But he died June 1. So his son, Keith Stocker, agreed to take his father’s place. As the parade date drew closer, he still was struggling with how he’d properly honor his dad.

“There’s no one like him,” Keith Stocker said. “There’s little in this town he hasn’t had a hand in.”

The Stocker family has been on their farm for almost 100 years, and Ed Stocker’s presence can be felt all around Snohomish, where he helped kick-start Snohomish’s food bank — housing it initially in his own home — sold some of his property at below-market value for affordable housing, and was heavily involved in 4-H, Kiwanis and many other local boards and organizations.

Stories about Ed Stocker permeate Snohomish.

There’s the story of how he fell off one of his farm’s silos when he was in his late 20s, broke his right leg and ended up in a cast for months — and how he didn’t let that stop him from wheeling around the farm to do his chores on a modified scooter made from a furniture dolly, according to Charles Stocker, Ed’s younger brother.

There’s the story of Ed trying to run a farm in a time of upheaval for America’s farmers: He grew up on his parents’ dairy farm, but when Highway 9 claimed the barns, Ed Stocker “reinvented” it into a farm that supplied local canneries with peas and corn, according to Charles Stocker.

When that wasn’t enough to keep the business afloat, Ed Stocker worked in construction during the day and farmed until 3 a.m.

“Farming isn’t an easy way to go,” his Keith Stocker said. “It seemed like every spare minute was spent working on the farm.”

There’s the story of how Ed Stocker founded the Bicycle Tree 4-H Club, which was the biggest 4-H Club in the country when Stocker ran it and is still the oldest operating 4-H Club in the country, according to Dan Bartelheimer, president of the Snohomish County Farm Bureau.

Bartelheimer himself was in the 4-H Club when Ed Stocker ran it 64 years ago.

“Fifty years later, people [in the club] still are close,” Bartelheimer said. “We were his kids.”

He still refers to everyone he met in 4-H as Ed’s “kids,” even though they’re all 60-70 years old.

“I think that is his real legacy,” Bartelheimer said.

Ed’s brother Charles was one of the first members of the Bicycle Tree 4-H Club, and he says watching his brother teach agriculture inspired him to become a teacher.

With all of his community involvement, Ed didn’t always have time to come to his son Keith’s Little League games, but because the field was next to the farm, Ed could see much of the action from the seat of his tractor.

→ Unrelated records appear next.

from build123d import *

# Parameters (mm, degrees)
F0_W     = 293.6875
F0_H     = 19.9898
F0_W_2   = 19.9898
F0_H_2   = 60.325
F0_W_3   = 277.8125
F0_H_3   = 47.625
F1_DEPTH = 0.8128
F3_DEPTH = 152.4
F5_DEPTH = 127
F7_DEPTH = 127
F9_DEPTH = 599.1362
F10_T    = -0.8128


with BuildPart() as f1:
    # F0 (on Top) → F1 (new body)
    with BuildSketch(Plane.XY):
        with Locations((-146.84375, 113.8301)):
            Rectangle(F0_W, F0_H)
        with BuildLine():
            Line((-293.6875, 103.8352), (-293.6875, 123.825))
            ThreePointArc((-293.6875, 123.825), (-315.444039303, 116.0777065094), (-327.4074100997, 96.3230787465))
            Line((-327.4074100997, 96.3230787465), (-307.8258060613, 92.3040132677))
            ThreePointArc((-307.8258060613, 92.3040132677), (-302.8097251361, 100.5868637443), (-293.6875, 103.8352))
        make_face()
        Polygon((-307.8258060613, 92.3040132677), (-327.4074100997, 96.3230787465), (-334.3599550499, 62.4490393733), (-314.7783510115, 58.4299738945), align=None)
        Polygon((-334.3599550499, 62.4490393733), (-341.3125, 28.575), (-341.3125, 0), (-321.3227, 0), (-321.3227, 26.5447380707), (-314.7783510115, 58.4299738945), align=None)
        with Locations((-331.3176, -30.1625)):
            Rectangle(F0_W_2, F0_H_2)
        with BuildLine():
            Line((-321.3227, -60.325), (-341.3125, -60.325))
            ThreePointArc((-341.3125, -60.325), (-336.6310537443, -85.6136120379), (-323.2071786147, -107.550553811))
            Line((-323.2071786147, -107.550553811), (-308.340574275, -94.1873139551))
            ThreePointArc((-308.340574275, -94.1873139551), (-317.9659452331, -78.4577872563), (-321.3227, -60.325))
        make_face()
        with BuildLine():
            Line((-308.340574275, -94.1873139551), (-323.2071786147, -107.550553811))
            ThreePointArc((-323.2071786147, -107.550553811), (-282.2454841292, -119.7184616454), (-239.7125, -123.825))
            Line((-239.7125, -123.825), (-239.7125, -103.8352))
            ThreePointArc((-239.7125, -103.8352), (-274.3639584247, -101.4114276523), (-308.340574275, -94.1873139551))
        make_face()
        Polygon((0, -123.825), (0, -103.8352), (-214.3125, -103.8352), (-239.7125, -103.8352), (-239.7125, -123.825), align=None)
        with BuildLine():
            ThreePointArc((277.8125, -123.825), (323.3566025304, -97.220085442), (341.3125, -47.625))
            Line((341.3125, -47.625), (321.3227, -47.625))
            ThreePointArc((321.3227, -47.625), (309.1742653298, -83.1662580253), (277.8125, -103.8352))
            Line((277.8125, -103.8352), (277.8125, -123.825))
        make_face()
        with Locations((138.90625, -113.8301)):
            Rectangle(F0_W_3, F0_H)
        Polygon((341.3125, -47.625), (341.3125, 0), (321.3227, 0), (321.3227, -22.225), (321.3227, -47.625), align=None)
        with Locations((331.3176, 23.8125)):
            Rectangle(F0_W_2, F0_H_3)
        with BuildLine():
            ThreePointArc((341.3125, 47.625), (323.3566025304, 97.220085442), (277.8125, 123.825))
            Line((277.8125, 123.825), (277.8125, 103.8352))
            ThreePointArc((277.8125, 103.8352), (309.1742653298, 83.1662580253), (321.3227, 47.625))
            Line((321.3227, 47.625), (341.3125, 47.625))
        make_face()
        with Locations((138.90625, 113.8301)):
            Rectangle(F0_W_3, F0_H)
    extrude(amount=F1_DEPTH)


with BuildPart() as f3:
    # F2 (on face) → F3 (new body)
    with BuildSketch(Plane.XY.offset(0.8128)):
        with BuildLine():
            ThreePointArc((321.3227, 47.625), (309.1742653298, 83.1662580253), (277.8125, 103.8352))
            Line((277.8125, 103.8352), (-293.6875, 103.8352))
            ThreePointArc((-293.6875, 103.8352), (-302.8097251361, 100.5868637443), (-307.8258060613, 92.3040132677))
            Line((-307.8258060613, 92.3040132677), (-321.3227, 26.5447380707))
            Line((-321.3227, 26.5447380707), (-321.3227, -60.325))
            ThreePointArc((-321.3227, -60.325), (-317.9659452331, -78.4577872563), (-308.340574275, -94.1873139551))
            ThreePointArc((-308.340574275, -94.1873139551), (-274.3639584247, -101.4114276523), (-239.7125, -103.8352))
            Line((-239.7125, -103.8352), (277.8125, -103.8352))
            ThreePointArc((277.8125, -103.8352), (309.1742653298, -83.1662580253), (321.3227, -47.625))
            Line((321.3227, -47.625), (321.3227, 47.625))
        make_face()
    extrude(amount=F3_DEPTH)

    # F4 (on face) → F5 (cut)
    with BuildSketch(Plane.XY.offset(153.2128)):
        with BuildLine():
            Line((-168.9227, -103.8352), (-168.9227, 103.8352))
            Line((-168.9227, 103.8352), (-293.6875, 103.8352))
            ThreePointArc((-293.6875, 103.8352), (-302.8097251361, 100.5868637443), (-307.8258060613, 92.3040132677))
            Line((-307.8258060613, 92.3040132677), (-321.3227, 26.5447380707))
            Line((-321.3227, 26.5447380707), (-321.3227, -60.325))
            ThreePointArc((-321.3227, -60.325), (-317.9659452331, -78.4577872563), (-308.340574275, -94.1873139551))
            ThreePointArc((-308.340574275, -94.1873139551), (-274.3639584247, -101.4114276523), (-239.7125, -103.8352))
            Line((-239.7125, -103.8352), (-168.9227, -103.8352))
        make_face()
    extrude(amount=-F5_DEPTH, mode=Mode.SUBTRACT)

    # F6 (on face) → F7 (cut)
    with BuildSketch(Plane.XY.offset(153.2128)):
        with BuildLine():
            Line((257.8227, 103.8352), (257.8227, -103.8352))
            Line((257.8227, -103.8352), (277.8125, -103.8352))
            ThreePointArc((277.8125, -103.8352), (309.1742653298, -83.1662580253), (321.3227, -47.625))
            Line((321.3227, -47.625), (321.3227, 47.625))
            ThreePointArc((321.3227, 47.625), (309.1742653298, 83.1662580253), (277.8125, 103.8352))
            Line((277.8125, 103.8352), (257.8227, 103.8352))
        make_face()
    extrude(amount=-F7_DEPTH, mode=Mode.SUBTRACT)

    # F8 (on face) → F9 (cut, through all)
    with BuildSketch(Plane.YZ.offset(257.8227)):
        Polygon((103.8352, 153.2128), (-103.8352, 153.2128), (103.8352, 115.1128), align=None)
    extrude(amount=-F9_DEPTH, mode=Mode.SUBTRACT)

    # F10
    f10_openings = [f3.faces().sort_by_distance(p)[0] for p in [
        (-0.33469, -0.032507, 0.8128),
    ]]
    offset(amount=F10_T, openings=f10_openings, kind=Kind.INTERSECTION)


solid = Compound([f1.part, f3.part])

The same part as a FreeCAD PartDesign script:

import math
import FreeCAD as App
import Part
import Sketcher
Q = App.Units.Quantity


def faces_at(feature, points):
    """Names of the faces that lie closest to the given points."""
    faces = feature.Shape.Faces
    near = lambda p: min(range(len(faces)), key=lambda i: faces[i].distToShape(Part.Vertex(*p))[0])
    return sorted({f"Face{near(p) + 1}" for p in points})

doc = App.newDocument("Part")
body = doc.addObject("PartDesign::Body", "Body")

# Sketch on XY plane
sketch1 = body.newObject("Sketcher::SketchObject", "Sketch")
sketch1.AttachmentSupport = (doc.getObject("XY_Plane"), [""])
sketch1.MapMode = "FlatFace"
sketch1.addGeometry([
    Part.ArcOfCircle(Part.Circle(App.Vector(-294, 89, 0), App.Vector(0, 0, 1), 34), math.radians(90), math.radians(168)),  # 0
    Part.LineSegment(App.Vector(-327, 96, 0), App.Vector(-334, 62, 0)),  # 1
    Part.LineSegment(App.Vector(-334, 62, 0), App.Vector(-341, 29, 0)),  # 2
    Part.LineSegment(App.Vector(-341, 29, 0), App.Vector(-341, -60, 0)),  # 3
    Part.ArcOfCircle(Part.Circle(App.Vector(-271, -60, 0), App.Vector(0, 0, 1), 71), math.radians(180), math.radians(222)),  # 4
    Part.ArcOfCircle(Part.Circle(App.Vector(-240, 98, 0), App.Vector(0, 0, 1), 222), math.radians(-112), math.radians(-90)),  # 5
    Part.LineSegment(App.Vector(-240, -124, 0), App.Vector(278, -124, 0)),  # 6
    Part.ArcOfCircle(Part.Circle(App.Vector(264, -48, 0), App.Vector(0, 0, 1), 77), math.radians(-80), math.radians(0)),  # 7
    Part.LineSegment(App.Vector(341, -48, 0), App.Vector(341, 48, 0)),  # 8
    Part.ArcOfCircle(Part.Circle(App.Vector(264, 48, 0), App.Vector(0, 0, 1), 77), math.radians(0), math.radians(80)),  # 9
    Part.LineSegment(App.Vector(278, 124, 0), App.Vector(-294, 124, 0)),  # 10
    Part.LineSegment(App.Vector(-294, 104, 0), App.Vector(278, 104, 0)),  # 11
    Part.ArcOfCircle(Part.Circle(App.Vector(263, 48, 0), App.Vector(0, 0, 1), 58), math.radians(0), math.radians(75)),  # 12
    Part.LineSegment(App.Vector(321, 48, 0), App.Vector(321, -48, 0)),  # 13
    Part.ArcOfCircle(Part.Circle(App.Vector(263, -48, 0), App.Vector(0, 0, 1), 58), math.radians(-75), math.radians(0)),  # 14
    Part.LineSegment(App.Vector(278, -104, 0), App.Vector(-240, -104, 0)),  # 15
    Part.ArcOfCircle(Part.Circle(App.Vector(-240, 145, 0), App.Vector(0, 0, 1), 249), math.radians(-106), math.radians(-90)),  # 16
    Part.ArcOfCircle(Part.Circle(App.Vector(-271, -60, 0), App.Vector(0, 0, 1), 51), math.radians(180), math.radians(222)),  # 17
    Part.LineSegment(App.Vector(-321, -60, 0), App.Vector(-321, 27, 0)),  # 18
    Part.LineSegment(App.Vector(-321, 27, 0), App.Vector(-315, 58, 0)),  # 19
    Part.LineSegment(App.Vector(-315, 58, 0), App.Vector(-308, 92, 0)),  # 20
    Part.ArcOfCircle(Part.Circle(App.Vector(-294, 89, 0), App.Vector(0, 0, 1), 14), math.radians(90), math.radians(168)),  # 21
], False)
sketch1.addConstraint([
    Sketcher.Constraint("Tangent", 0, 2, 1, 1),
    Sketcher.Constraint("Coincident", 1, 2, 2, 1),
    Sketcher.Constraint("Coincident", 2, 2, 3, 1),
    Sketcher.Constraint("Tangent", 3, 2, 4, 1),
    Sketcher.Constraint("Coincident", 4, 2, 5, 1),
    Sketcher.Constraint("Tangent", 5, 2, 6, 1),
    Sketcher.Constraint("Coincident", 6, 2, 7, 1),
    Sketcher.Constraint("Tangent", 7, 2, 8, 1),
    Sketcher.Constraint("Tangent", 8, 2, 9, 1),
    Sketcher.Constraint("Coincident", 9, 2, 10, 1),
    Sketcher.Constraint("Tangent", 10, 2, 0, 1),
    Sketcher.Constraint("Coincident", 11, 2, 12, 2),
    Sketcher.Constraint("Tangent", 12, 1, 13, 1),
    Sketcher.Constraint("Tangent", 13, 2, 14, 2),
    Sketcher.Constraint("Coincident", 14, 1, 15, 1),
    Sketcher.Constraint("Tangent", 15, 2, 16, 2),
    Sketcher.Constraint("Coincident", 16, 1, 17, 2),
    Sketcher.Constraint("Tangent", 17, 1, 18, 1),
    Sketcher.Constraint("Coincident", 18, 2, 19, 1),
    Sketcher.Constraint("Coincident", 19, 2, 20, 1),
    Sketcher.Constraint("Tangent", 20, 2, 21, 2),
    Sketcher.Constraint("Tangent", 21, 1, 11, 1),
    Sketcher.Constraint("Vertical", 3),
    Sketcher.Constraint("Horizontal", 6),
    Sketcher.Constraint("Vertical", 8),
    Sketcher.Constraint("Horizontal", 10),
    Sketcher.Constraint("Horizontal", 11),
    Sketcher.Constraint("Vertical", 13),
    Sketcher.Constraint("Horizontal", 15),
    Sketcher.Constraint("Vertical", 18),
    Sketcher.Constraint("Coincident", 17, 3, 4, 3),
    Sketcher.Constraint("Coincident", 21, 3, 0, 3),
    Sketcher.Constraint("Equal", 7, 9),
    Sketcher.Constraint("Equal", 12, 14),
    Sketcher.Constraint("Symmetric", 6, 2, 9, 2, -1),
    Sketcher.Constraint("Symmetric", 11, 2, 14, 1, -1),
    Sketcher.Constraint("Parallel", 1, 2),
    Sketcher.Constraint("Parallel", 2, 19),
    Sketcher.Constraint("Parallel", 19, 20),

There’s the story of the Stocker family’s birthright tradition: Edwin Sr. had passed the farm to Ed Stocker, convincing him not to take up a career in the military, and Ed wanted to pass the farm down to Keith.

Keith Stocker, however, couldn’t get off the farm fast enough when he was 18. He left for college and worked as a civil engineer in the San Francisco Bay Area for 11 years. Then his dad told him he was looking to retire.

But birthright is one of the most important things in the Stocker family, and Keith Stocker was looking for a new challenge, so he came home in 1997.

Father and son worked to make ends meet by supplying local supermarkets with their produce. Ed Stocker dubbed himself the “Corn King,” and his vegetables filled Snohomish and King County supermarkets in the 1980s and early ’90s.

But one day in 1997, soon after Kroger bought out the local supermarkets the Stockers supplied, the farm received a letter that Kroger would no longer be needing their corn.

“This is it,” Keith Stocker told his father. “No more reliance on buyers. We’re going to take charge of our own destiny.”

Keith led Stocker Farms to where it is today: Still a farm, but also a multiseason agritourism destination, with a pumpkin patch, a corn maze, a Christmas tree farm, a country market and enough profits to put both of Keith Stocker’s sons through college. Today, the two of them work on their father’s farm.

When the organizers of the annual Kla Ha Ya Days parade in Snohomish asked 90-year-old Ed Stocker to be the grand marshal of the parade, alongside Edith, “Dad was tickled pink,” Keith Stocker said. “It was the thing he was looking forward to.”

But that wasn’t destined to be part of Ed Stocker’s story. Last spring, he moved to a nursing facility to rebuild his strength after a small procedure. Instead, he lost his strength. Keith was at his bedside, listening to his father’s labored breathing, when Ed Stocker died.

At the parade Saturday, Keith will be accompanying his mother in a vehicle with a sign commemorating Ed Stocker’s life. There isn’t a way to fully capture the man his father was in one moment, Keith feels.

“It’s either that or send an empty car down the street,” Keith Stocker said. “I suppose I’m going to take his place, but I don’t know how to fill his shoes.”